Copy word for word, please, the lines of the entries below running from the one containing "e18 v18 v19 LINE" to the one containing "v36 (27.96315,0,-2.063915)", both ends included.

═════ Supplied data

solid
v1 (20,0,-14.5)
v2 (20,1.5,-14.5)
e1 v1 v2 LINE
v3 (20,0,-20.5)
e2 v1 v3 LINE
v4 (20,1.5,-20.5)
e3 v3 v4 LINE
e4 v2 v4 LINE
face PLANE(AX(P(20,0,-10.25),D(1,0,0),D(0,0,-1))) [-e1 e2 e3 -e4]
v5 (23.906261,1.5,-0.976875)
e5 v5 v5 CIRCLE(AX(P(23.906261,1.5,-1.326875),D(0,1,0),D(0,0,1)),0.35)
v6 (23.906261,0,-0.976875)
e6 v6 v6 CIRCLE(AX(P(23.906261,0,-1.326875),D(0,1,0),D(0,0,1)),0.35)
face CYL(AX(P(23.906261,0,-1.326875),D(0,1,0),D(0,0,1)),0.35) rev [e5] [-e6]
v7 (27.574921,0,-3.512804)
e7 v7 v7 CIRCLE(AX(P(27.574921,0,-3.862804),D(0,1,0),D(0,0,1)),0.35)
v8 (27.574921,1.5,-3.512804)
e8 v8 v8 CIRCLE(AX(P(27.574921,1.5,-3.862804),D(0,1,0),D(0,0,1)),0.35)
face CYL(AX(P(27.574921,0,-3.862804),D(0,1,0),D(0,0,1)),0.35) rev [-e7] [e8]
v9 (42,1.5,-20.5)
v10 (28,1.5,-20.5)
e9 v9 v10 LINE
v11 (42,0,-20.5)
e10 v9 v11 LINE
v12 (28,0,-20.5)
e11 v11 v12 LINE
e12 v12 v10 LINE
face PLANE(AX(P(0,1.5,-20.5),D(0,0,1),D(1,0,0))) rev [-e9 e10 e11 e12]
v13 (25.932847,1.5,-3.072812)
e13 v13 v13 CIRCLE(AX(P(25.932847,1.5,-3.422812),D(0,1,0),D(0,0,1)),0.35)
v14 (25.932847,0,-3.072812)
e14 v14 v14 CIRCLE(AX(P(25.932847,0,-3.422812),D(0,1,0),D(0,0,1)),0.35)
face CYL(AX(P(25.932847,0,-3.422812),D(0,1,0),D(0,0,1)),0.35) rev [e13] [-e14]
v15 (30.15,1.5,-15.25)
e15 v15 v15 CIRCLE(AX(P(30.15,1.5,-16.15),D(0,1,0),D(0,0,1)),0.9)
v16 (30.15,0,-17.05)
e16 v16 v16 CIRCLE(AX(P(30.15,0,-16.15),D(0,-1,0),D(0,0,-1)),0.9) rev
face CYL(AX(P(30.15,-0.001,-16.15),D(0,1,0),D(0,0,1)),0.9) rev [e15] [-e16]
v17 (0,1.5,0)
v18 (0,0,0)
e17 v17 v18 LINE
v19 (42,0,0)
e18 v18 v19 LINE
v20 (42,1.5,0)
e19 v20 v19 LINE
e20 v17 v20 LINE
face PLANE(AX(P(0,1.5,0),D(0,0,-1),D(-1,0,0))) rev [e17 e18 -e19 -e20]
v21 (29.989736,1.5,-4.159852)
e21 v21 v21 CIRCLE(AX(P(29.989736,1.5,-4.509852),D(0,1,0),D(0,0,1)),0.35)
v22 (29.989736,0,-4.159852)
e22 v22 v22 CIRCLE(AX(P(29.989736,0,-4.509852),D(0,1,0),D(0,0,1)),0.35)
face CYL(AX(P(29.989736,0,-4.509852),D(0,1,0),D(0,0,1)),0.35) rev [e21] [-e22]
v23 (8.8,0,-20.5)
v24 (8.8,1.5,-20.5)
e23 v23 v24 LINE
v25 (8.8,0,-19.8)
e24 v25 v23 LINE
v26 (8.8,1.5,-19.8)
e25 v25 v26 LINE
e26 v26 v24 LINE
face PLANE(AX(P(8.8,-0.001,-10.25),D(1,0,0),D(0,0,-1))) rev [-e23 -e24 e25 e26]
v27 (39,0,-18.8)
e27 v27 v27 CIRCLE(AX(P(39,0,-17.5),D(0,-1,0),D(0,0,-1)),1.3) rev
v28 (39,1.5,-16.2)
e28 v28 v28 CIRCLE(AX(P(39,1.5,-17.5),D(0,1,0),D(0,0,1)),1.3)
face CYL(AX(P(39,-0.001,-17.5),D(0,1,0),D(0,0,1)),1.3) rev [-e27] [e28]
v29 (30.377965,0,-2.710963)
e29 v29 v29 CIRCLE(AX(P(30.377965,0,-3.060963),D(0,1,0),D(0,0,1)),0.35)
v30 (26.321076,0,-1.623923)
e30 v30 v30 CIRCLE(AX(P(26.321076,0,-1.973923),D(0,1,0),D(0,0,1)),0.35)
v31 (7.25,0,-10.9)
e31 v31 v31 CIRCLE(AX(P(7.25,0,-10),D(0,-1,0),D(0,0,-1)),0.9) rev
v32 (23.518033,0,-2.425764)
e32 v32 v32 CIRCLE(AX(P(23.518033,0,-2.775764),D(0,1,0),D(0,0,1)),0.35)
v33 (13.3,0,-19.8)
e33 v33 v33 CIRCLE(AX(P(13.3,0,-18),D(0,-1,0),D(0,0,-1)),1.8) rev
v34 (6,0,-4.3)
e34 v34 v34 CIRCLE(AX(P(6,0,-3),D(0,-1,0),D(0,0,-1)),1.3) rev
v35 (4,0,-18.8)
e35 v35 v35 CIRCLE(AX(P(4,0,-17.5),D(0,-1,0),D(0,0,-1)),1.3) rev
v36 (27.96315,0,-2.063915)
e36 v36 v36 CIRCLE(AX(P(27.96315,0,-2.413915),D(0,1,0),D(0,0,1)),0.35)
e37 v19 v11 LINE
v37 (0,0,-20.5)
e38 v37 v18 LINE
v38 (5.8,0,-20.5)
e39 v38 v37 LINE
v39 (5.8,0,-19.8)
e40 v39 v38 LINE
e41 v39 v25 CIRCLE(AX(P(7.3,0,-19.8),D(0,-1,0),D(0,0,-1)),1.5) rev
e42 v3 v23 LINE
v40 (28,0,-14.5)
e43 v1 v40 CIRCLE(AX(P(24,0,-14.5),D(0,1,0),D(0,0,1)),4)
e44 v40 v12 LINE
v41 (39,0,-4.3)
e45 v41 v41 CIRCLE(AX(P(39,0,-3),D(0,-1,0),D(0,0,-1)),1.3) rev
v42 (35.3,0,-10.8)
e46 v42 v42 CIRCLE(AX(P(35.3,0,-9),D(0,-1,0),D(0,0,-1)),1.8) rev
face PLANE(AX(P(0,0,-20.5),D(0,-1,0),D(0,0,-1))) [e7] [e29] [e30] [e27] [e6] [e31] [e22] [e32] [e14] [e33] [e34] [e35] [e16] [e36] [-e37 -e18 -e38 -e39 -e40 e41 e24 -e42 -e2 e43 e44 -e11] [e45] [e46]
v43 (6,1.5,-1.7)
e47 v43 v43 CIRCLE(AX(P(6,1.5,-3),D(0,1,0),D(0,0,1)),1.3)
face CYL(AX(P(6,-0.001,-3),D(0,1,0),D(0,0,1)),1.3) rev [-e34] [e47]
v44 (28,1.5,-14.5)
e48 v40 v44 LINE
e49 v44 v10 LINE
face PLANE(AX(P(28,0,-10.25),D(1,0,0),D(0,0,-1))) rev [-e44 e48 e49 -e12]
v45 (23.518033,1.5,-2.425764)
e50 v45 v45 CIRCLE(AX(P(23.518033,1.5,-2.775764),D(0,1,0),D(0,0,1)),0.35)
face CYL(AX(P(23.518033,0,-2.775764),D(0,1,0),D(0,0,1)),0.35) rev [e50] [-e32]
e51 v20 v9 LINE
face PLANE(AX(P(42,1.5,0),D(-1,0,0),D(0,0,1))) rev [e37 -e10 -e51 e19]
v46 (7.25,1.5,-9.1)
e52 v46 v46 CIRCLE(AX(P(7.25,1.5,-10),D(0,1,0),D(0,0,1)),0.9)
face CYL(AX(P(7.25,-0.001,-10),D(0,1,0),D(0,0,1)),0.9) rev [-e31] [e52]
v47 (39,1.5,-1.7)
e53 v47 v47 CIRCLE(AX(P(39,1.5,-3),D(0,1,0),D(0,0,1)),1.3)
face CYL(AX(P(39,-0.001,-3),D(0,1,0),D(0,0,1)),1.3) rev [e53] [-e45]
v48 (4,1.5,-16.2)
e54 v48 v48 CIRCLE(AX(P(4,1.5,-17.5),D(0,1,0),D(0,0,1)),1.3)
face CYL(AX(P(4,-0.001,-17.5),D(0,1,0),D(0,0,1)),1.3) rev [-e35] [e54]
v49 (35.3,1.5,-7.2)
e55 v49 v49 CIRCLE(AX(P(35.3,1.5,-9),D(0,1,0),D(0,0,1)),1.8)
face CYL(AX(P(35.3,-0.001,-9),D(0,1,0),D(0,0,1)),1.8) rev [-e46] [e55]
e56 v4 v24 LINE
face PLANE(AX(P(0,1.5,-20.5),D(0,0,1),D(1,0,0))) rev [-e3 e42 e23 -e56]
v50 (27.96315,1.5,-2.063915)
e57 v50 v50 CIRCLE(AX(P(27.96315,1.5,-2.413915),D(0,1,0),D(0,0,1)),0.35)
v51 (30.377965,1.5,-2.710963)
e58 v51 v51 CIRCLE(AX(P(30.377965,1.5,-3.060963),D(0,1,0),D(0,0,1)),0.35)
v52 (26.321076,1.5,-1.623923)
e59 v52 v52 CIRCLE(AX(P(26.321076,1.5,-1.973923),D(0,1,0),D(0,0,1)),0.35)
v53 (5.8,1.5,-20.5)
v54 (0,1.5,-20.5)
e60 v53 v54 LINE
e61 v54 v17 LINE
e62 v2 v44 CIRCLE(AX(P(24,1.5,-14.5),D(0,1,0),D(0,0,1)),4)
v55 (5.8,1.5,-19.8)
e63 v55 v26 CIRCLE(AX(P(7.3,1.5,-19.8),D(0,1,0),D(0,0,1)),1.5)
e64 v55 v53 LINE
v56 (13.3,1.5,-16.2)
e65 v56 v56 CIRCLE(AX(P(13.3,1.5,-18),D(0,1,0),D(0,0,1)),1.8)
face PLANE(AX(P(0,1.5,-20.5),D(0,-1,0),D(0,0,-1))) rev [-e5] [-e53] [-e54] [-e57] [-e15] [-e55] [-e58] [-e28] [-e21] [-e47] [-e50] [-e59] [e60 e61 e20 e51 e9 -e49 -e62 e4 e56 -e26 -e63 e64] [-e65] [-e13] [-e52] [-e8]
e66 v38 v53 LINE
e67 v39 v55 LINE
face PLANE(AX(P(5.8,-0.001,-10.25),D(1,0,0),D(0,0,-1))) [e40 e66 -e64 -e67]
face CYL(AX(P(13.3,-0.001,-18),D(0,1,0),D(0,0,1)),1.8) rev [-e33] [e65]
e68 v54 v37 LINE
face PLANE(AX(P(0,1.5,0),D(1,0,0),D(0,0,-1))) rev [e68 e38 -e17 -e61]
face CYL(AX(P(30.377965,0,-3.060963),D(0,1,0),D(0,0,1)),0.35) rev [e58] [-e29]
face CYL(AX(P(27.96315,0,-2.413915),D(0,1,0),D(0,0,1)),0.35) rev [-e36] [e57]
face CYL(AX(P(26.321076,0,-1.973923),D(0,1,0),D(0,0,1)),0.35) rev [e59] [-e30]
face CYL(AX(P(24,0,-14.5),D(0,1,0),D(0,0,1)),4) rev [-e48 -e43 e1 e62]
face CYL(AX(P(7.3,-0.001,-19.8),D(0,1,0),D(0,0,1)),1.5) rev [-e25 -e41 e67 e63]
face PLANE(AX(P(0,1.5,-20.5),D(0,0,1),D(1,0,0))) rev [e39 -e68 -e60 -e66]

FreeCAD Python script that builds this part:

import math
import FreeCAD as App
import Part
import Sketcher
Q = App.Units.Quantity


def add_polygon(sketch, points):
    """Adds a closed chain of lines whose ends are joined by coincident constraints."""
    first, n = sketch.GeometryCount, len(points)
    for a, b in zip(points, points[1:] + points[:1]):
        sketch.addGeometry(Part.LineSegment(App.Vector(*a, 0), App.Vector(*b, 0)), False)
    for i in range(n):
        sketch.addConstraint(Sketcher.Constraint("Coincident", first + i, 2, first + (i + 1) % n, 1))

doc = App.newDocument("Part")
body = doc.addObject("PartDesign::Body", "Body")

sketch1 = body.newObject("Sketcher::SketchObject", "Sketch")
sketch1.AttachmentSupport = (doc.getObject("XZ_Plane"), [""])
sketch1.MapMode = "FlatFace"
add_polygon(sketch1, [(0, -20), (0, 0), (42, 0), (42, -20)])
sketch1.addConstraint([
    Sketcher.Constraint("Vertical", 0),
    Sketcher.Constraint("Horizontal", 1),
    Sketcher.Constraint("Vertical", 2),
    Sketcher.Constraint("Horizontal", 3),
    Sketcher.Constraint("Coincident", 0, 2, -1, 1),
    Sketcher.Constraint("DistanceX", 1, 1, 1, 2, Q("42 mm")),
    Sketcher.Constraint("DistanceY", 0, 1, 0, 2, Q("20.5 mm")),
])
pad1 = body.newObject("PartDesign::Pad", "Pad")
pad1.Profile = sketch1
pad1.Length = 1.5
pad1.Reversed = True

sketch2 = body.newObject("Sketcher::SketchObject", "Sketch001")
sketch2.AttachmentSupport = (doc.getObject("XZ_Plane"), [""])
sketch2.MapMode = "FlatFace"
sketch2.AttachmentOffset = App.Placement(App.Vector(0, 0, -1.5), App.Rotation())
sketch2.addGeometry([
    Part.ArcOfCircle(Part.Circle(App.Vector(24, -14.5, 0), App.Vector(0, 0, 1), 4), math.radians(0), math.radians(180)),
    Part.LineSegment(App.Vector(28, -14.5, 0), App.Vector(28, -20.5, 0)),
    Part.LineSegment(App.Vector(28, -20.5, 0), App.Vector(20, -20.5, 0)),
    Part.LineSegment(App.Vector(20, -20.5, 0), App.Vector(20, -14.5, 0)),
], False)
sketch2.addConstraint([
    Sketcher.Constraint("Tangent", 0, 1, 1, 1),
    Sketcher.Constraint("Coincident", 1, 2, 2, 1),
    Sketcher.Constraint("Coincident", 2, 2, 3, 1),
    Sketcher.Constraint("Tangent", 3, 2, 0, 2),
    Sketcher.Constraint("Vertical", 1),
    Sketcher.Constraint("Horizontal", 2),
    Sketcher.Constraint("Vertical", 3),
    Sketcher.Constraint("Radius", 0, Q("4 mm")),
    Sketcher.Constraint("DistanceY", 1, 2, 1, 1, Q("6 mm")),
    Sketcher.Constraint("DistanceX", -1, 1, 0, 3, Q("24 mm")),
    Sketcher.Constraint("DistanceY", 0, 3, -1, 1, Q("14.5 mm")),
])
pocket1 = body.newObject("PartDesign::Pocket", "Pocket")
pocket1.Profile = sketch2
pocket1.Type = "ThroughAll"
pocket1.Reversed = True

sketch3 = body.newObject("Sketcher::SketchObject", "Sketch002")
sketch3.AttachmentSupport = (doc.getObject("XZ_Plane"), [""])
sketch3.MapMode = "FlatFace"
sketch3.AttachmentOffset = App.Placement(App.Vector(0, 0, -1.5), App.Rotation())
sketch3.addGeometry([
    Part.LineSegment(App.Vector(5.8, -20.5, 0), App.Vector(5.8, -19.8, 0)),
    Part.ArcOfCircle(Part.Circle(App.Vector(7.3, -19.8, 0), App.Vector(0, 0, 1), 1.5), math.radians(0), math.radians(180)),
    Part.LineSegment(App.Vector(8.8, -19.8, 0), App.Vector(8.8, -20.5, 0)),
    Part.LineSegment(App.Vector(8.8, -20.5, 0), App.Vector(5.8, -20.5, 0)),
], False)
sketch3.addConstraint([
    Sketcher.Constraint("Tangent", 0, 2, 1, 2),
    Sketcher.Constraint("Tangent", 1, 1, 2, 1),
    Sketcher.Constraint("Coincident", 2, 2, 3, 1),
    Sketcher.Constraint("Coincident", 3, 2, 0, 1),
    Sketcher.Constraint("Vertical", 0),
    Sketcher.Constraint("Vertical", 2),
    Sketcher.Constraint("Horizontal", 3),
    Sketcher.Constraint("Radius", 1, Q("1.5 mm")),
    Sketcher.Constraint("DistanceY", 0, 1, 0, 2, Q("0.7 mm")),
    Sketcher.Constraint("DistanceX", -1, 1, 1, 3, Q("7.3 mm")),
    Sketcher.Constraint("DistanceY", 1, 3, -1, 1, Q("19.8 mm")),
])
pocket2 = body.newObject("PartDesign::Pocket", "Pocket001")
pocket2.Profile = sketch3
pocket2.Type = "UpToFirst"
pocket2.Reversed = True

sketch4 = body.newObject("Sketcher::SketchObject", "Sketch003")
sketch4.AttachmentSupport = (doc.getObject("XZ_Plane"), [""])
sketch4.MapMode = "FlatFace"
sketch4.AttachmentOffset = App.Placement(App.Vector(0, 0, -1.5), App.Rotation())
sketch4.addGeometry(Part.Circle(App.Vector(7.2, -10, 0), App.Vector(0, 0, 1), 0.9), False)
sketch4.addConstraint([
    Sketcher.Constraint("Diameter", 0, Q("1.8 mm")),
    Sketcher.Constraint("DistanceY", 0, 3, -1, 1, Q("10 mm")),
    Sketcher.Constraint("DistanceX", -1, 1, 0, 3, Q("7.25 mm")),
])
pocket3 = body.newObject("PartDesign::Pocket", "Pocket002")
pocket3.Profile = sketch4
pocket3.Type = "UpToFirst"
pocket3.Reversed = True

══════════

*Solved problem*:
e18 v18 v19 LINE
v20 (42,1.5,0)
e19 v20 v19 LINE
e20 v17 v20 LINE
face PLANE(AX(P(0,1.5,0),D(0,0,-1),D(-1,0,0))) rev [e17 e18 -e19 -e20]
v21 (29.989736,1.5,-4.159852)
e21 v21 v21 CIRCLE(AX(P(29.989736,1.5,-4.509852),D(0,1,0),D(0,0,1)),0.35)
v22 (29.989736,0,-4.159852)
e22 v22 v22 CIRCLE(AX(P(29.989736,0,-4.509852),D(0,1,0),D(0,0,1)),0.35)
face CYL(AX(P(29.989736,0,-4.509852),D(0,1,0),D(0,0,1)),0.35) rev [e21] [-e22]
v23 (8.8,0,-20.5)
v24 (8.8,1.5,-20.5)
e23 v23 v24 LINE
v25 (8.8,0,-19.8)
e24 v25 v23 LINE
v26 (8.8,1.5,-19.8)
e25 v25 v26 LINE
e26 v26 v24 LINE
face PLANE(AX(P(8.8,-0.001,-10.25),D(1,0,0),D(0,0,-1))) rev [-e23 -e24 e25 e26]
v27 (39,0,-18.8)
e27 v27 v27 CIRCLE(AX(P(39,0,-17.5),D(0,-1,0),D(0,0,-1)),1.3) rev
v28 (39,1.5,-16.2)
e28 v28 v28 CIRCLE(AX(P(39,1.5,-17.5),D(0,1,0),D(0,0,1)),1.3)
face CYL(AX(P(39,-0.001,-17.5),D(0,1,0),D(0,0,1)),1.3) rev [-e27] [e28]
v29 (30.377965,0,-2.710963)
e29 v29 v29 CIRCLE(AX(P(30.377965,0,-3.060963),D(0,1,0),D(0,0,1)),0.35)
v30 (26.321076,0,-1.623923)
e30 v30 v30 CIRCLE(AX(P(26.321076,0,-1.973923),D(0,1,0),D(0,0,1)),0.35)
v31 (7.25,0,-10.9)
e31 v31 v31 CIRCLE(AX(P(7.25,0,-10),D(0,-1,0),D(0,0,-1)),0.9) rev
v32 (23.518033,0,-2.425764)
e32 v32 v32 CIRCLE(AX(P(23.518033,0,-2.775764),D(0,1,0),D(0,0,1)),0.35)
v33 (13.3,0,-19.8)
e33 v33 v33 CIRCLE(AX(P(13.3,0,-18),D(0,-1,0),D(0,0,-1)),1.8) rev
v34 (6,0,-4.3)
e34 v34 v34 CIRCLE(AX(P(6,0,-3),D(0,-1,0),D(0,0,-1)),1.3) rev
v35 (4,0,-18.8)
e35 v35 v35 CIRCLE(AX(P(4,0,-17.5),D(0,-1,0),D(0,0,-1)),1.3) rev
v36 (27.96315,0,-2.063915)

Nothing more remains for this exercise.